Saved entries ->
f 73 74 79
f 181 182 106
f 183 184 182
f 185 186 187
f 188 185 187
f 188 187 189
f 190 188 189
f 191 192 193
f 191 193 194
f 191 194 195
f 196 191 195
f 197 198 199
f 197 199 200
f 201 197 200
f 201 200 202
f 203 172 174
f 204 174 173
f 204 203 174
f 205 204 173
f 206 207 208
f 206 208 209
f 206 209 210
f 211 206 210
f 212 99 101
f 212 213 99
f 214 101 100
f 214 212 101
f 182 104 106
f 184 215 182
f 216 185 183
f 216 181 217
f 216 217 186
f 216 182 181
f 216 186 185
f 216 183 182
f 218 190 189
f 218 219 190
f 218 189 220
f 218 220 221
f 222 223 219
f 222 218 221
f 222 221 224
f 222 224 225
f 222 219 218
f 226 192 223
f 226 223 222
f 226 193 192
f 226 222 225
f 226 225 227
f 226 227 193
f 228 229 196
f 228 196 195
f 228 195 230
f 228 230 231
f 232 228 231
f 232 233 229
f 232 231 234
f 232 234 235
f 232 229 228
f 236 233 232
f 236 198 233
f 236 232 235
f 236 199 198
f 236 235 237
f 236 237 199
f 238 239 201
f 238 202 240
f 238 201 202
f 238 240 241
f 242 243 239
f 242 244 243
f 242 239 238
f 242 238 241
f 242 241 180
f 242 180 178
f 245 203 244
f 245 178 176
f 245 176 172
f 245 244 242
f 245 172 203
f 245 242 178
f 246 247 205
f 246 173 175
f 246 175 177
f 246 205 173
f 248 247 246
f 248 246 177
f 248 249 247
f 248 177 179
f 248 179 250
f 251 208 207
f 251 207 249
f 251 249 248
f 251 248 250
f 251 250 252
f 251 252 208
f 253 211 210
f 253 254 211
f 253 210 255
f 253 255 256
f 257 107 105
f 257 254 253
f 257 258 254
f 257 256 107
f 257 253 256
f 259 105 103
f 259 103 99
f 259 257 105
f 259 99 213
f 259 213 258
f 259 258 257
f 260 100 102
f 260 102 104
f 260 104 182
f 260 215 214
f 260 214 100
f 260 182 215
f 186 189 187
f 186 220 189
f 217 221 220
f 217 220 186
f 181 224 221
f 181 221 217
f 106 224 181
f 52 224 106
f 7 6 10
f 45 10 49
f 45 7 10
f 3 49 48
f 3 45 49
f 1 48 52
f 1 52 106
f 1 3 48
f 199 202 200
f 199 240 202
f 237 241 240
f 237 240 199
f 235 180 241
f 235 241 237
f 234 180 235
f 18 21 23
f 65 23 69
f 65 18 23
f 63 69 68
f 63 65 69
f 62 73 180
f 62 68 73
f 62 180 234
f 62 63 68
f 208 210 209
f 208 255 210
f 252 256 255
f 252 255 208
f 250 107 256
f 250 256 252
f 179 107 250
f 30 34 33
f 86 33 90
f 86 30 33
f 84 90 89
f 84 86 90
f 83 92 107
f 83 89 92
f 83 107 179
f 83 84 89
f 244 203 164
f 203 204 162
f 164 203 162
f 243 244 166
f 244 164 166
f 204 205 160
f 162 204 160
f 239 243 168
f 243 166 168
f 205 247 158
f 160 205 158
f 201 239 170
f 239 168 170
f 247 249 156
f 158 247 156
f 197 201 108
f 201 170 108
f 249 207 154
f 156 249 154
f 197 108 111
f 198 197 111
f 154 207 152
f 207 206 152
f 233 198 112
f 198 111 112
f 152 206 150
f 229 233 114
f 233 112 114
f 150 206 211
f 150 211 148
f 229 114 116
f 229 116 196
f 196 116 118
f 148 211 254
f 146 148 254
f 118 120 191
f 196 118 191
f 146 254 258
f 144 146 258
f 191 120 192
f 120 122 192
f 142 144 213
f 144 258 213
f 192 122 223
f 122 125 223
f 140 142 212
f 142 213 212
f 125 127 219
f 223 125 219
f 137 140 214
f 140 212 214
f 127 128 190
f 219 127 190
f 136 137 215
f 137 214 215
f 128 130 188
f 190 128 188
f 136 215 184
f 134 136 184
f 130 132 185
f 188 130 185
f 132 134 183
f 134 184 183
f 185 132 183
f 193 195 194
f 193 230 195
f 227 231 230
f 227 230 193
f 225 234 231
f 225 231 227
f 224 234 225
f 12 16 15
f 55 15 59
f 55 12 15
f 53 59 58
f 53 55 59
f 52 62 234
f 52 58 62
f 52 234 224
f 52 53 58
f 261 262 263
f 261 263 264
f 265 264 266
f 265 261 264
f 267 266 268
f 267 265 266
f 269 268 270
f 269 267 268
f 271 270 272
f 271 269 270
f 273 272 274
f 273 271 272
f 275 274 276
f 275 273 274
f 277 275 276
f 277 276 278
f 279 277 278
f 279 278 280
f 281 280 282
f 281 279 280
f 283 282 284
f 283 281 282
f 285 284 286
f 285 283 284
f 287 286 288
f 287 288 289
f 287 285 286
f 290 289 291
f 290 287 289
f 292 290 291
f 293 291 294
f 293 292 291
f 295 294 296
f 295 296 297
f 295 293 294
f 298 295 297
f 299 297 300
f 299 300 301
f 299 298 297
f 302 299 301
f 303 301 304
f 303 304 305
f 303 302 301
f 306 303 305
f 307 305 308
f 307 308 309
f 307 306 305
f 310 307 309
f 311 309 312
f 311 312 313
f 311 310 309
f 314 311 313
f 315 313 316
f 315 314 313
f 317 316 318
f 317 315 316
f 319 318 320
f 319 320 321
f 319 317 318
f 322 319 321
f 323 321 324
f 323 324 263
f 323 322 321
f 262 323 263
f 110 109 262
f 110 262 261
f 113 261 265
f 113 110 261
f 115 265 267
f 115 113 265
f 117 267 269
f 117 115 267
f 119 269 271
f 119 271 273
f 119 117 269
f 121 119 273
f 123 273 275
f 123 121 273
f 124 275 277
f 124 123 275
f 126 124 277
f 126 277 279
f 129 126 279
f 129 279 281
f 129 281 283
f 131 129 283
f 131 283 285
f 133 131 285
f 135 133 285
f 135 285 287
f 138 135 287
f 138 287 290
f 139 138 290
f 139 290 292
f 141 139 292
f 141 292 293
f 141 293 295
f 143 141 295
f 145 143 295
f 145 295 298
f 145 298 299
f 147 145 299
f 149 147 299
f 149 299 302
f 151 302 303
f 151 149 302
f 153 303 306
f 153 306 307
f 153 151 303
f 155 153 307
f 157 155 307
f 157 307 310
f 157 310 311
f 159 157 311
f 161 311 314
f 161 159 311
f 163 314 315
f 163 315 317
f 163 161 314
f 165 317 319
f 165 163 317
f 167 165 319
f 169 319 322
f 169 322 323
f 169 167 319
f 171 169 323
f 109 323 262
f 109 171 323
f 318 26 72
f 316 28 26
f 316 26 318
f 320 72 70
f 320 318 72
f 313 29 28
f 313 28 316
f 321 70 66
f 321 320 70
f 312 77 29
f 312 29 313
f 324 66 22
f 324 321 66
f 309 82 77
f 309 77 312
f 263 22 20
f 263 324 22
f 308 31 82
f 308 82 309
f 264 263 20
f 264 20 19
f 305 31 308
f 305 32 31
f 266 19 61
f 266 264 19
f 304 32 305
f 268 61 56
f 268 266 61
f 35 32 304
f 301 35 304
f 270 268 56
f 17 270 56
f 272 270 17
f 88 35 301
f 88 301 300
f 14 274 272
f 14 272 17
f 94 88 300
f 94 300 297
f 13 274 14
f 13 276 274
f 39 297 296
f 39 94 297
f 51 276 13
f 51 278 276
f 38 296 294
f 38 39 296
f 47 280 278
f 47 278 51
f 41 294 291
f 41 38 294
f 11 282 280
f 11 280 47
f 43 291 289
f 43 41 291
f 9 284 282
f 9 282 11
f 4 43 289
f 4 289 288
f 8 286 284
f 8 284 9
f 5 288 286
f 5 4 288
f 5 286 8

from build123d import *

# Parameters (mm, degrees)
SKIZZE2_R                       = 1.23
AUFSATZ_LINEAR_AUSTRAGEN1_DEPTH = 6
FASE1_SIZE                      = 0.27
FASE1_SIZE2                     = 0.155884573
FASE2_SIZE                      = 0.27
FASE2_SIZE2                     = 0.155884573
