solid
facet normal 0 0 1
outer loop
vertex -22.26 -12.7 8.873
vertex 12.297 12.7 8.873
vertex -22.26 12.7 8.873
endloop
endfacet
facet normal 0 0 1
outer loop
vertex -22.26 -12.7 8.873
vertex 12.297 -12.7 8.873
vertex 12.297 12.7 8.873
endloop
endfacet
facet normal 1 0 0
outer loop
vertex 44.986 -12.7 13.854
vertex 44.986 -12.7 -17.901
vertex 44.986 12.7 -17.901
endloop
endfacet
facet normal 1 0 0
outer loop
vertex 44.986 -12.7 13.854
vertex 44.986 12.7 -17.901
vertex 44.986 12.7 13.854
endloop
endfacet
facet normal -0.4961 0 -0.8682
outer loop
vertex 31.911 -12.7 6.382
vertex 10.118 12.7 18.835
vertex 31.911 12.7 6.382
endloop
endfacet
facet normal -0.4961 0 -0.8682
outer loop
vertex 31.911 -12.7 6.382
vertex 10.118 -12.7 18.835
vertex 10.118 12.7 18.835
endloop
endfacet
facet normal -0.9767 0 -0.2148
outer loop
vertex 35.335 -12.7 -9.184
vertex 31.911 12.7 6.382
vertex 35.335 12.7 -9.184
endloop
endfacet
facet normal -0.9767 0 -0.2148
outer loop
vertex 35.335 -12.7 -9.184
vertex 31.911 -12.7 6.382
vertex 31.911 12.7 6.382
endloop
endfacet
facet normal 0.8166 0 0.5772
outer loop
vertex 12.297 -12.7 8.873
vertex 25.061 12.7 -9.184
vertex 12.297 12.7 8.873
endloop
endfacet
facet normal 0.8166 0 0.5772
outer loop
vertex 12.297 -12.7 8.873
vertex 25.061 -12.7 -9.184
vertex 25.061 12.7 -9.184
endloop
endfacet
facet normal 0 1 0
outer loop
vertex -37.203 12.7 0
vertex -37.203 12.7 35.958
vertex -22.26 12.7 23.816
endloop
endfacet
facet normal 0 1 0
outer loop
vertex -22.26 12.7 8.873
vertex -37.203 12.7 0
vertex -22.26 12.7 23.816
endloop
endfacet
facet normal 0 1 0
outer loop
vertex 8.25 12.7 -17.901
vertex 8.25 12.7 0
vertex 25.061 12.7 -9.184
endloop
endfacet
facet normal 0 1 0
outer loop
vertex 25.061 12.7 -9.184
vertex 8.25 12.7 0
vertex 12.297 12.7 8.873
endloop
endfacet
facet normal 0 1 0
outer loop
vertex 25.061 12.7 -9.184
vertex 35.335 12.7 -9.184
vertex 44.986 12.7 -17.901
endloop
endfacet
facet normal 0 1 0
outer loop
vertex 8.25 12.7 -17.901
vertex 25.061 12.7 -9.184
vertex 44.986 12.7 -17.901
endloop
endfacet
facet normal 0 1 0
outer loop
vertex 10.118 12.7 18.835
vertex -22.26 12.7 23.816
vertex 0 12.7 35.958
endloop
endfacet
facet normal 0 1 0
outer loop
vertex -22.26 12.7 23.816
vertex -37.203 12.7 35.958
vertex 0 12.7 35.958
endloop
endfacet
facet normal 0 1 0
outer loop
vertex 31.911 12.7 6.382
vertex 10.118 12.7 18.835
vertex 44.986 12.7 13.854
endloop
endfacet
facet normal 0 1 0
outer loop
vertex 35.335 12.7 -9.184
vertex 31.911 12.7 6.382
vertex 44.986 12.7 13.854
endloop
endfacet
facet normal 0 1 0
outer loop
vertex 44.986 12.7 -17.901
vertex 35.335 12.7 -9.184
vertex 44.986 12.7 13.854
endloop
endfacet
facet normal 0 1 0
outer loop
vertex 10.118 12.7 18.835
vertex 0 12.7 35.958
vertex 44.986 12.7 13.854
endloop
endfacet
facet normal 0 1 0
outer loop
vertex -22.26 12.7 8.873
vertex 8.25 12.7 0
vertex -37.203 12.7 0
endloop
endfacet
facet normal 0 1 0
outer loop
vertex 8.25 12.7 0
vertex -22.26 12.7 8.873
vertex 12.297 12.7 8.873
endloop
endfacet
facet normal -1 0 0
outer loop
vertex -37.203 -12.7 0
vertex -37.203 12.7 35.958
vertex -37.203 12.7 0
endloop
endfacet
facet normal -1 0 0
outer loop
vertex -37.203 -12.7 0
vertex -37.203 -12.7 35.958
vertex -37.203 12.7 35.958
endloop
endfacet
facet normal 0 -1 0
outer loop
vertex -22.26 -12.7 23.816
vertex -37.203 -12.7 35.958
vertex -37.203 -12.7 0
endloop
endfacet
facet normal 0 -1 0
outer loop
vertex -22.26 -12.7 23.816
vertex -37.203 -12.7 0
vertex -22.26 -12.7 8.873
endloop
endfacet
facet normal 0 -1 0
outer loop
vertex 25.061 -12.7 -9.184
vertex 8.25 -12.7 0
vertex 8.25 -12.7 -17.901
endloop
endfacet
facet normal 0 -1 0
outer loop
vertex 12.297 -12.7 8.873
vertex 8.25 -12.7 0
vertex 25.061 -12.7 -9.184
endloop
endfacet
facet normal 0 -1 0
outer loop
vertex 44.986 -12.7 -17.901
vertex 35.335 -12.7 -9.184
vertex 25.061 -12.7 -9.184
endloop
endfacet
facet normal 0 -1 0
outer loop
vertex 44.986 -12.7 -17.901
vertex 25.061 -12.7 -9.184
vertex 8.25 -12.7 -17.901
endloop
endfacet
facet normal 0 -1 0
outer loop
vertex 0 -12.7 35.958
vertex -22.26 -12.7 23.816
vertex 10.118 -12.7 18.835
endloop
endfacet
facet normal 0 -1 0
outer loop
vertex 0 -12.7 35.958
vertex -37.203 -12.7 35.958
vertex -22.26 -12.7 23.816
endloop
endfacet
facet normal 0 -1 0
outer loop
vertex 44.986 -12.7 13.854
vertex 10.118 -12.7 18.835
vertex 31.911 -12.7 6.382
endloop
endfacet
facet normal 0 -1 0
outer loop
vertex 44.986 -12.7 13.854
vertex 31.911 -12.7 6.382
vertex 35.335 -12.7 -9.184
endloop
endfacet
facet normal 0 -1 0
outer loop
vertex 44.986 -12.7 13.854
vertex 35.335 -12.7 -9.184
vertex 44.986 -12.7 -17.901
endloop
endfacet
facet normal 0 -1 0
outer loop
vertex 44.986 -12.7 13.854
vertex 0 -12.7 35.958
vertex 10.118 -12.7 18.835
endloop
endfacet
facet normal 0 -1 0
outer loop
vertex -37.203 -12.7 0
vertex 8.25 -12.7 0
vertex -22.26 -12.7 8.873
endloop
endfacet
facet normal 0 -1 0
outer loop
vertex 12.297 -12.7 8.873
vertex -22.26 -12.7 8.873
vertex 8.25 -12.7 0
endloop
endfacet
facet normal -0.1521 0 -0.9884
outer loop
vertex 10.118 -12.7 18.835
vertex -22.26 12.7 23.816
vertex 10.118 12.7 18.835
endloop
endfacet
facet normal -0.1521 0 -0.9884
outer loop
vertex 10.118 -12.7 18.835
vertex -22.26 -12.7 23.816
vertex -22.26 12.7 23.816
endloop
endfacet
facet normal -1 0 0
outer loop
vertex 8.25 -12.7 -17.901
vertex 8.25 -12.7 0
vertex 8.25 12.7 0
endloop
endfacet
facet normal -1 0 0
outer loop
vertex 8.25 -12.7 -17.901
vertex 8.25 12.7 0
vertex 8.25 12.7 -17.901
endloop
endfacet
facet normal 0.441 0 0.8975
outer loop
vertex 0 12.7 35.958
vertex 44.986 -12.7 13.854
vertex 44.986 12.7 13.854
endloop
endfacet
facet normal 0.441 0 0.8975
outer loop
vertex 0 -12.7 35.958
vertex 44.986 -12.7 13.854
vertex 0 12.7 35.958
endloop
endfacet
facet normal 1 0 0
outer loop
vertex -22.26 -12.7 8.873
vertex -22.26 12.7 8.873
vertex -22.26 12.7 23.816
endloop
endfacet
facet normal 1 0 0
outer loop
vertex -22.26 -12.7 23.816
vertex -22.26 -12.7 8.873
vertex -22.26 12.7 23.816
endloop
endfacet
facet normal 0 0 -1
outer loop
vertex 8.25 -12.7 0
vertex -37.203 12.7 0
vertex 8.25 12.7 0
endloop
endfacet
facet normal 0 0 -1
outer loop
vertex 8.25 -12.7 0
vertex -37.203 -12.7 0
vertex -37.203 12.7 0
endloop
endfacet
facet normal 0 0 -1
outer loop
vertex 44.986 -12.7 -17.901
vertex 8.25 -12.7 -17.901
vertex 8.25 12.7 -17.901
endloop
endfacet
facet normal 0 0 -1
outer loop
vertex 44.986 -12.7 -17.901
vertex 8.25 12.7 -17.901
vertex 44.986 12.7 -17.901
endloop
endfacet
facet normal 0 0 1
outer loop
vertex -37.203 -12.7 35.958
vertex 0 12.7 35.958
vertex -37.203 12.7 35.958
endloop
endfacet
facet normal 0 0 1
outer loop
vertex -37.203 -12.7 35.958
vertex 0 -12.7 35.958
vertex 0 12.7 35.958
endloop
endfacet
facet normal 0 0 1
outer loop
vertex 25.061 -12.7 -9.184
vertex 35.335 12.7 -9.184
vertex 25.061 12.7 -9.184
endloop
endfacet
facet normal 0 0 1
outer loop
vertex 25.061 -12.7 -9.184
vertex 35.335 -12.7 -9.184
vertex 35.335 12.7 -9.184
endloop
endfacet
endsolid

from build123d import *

# Parameters (mm, degrees)
F1_DEPTH = 12.7


with BuildPart() as f1:
    # F0 (on Front) → F1 (new body, symmetric)
    with BuildSketch(Plane.XZ):
        Polygon((-37.203092, 0), (0, 0), (8.250058, 0), (8.250058, -17.90107), (44.986166, -17.90107), (44.986166, 13.853871), (0, 35.957802), (-37.203092, 35.957802), align=None)
        Polygon((-22.259591, 8.872705), (-22.259591, 23.816206), (10.117996, 18.83504), (31.910602, 6.38212), (35.335157, -9.184027), (25.061497, -9.184027), (12.297258, 8.872705), align=None, mode=Mode.SUBTRACT)
    extrude(amount=F1_DEPTH, both=True)


solid = f1.part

Aim of the exercise ->
Starting at the top of the data above, repeat every line exactly until the line containing "f 232 229 228" has been given, then stop.

Task response ->
f 73 74 79
f 181 182 106
f 183 184 182
f 185 186 187
f 188 185 187
f 188 187 189
f 190 188 189
f 191 192 193
f 191 193 194
f 191 194 195
f 196 191 195
f 197 198 199
f 197 199 200
f 201 197 200
f 201 200 202
f 203 172 174
f 204 174 173
f 204 203 174
f 205 204 173
f 206 207 208
f 206 208 209
f 206 209 210
f 211 206 210
f 212 99 101
f 212 213 99
f 214 101 100
f 214 212 101
f 182 104 106
f 184 215 182
f 216 185 183
f 216 181 217
f 216 217 186
f 216 182 181
f 216 186 185
f 216 183 182
f 218 190 189
f 218 219 190
f 218 189 220
f 218 220 221
f 222 223 219
f 222 218 221
f 222 221 224
f 222 224 225
f 222 219 218
f 226 192 223
f 226 223 222
f 226 193 192
f 226 222 225
f 226 225 227
f 226 227 193
f 228 229 196
f 228 196 195
f 228 195 230
f 228 230 231
f 232 228 231
f 232 233 229
f 232 231 234
f 232 234 235
f 232 229 228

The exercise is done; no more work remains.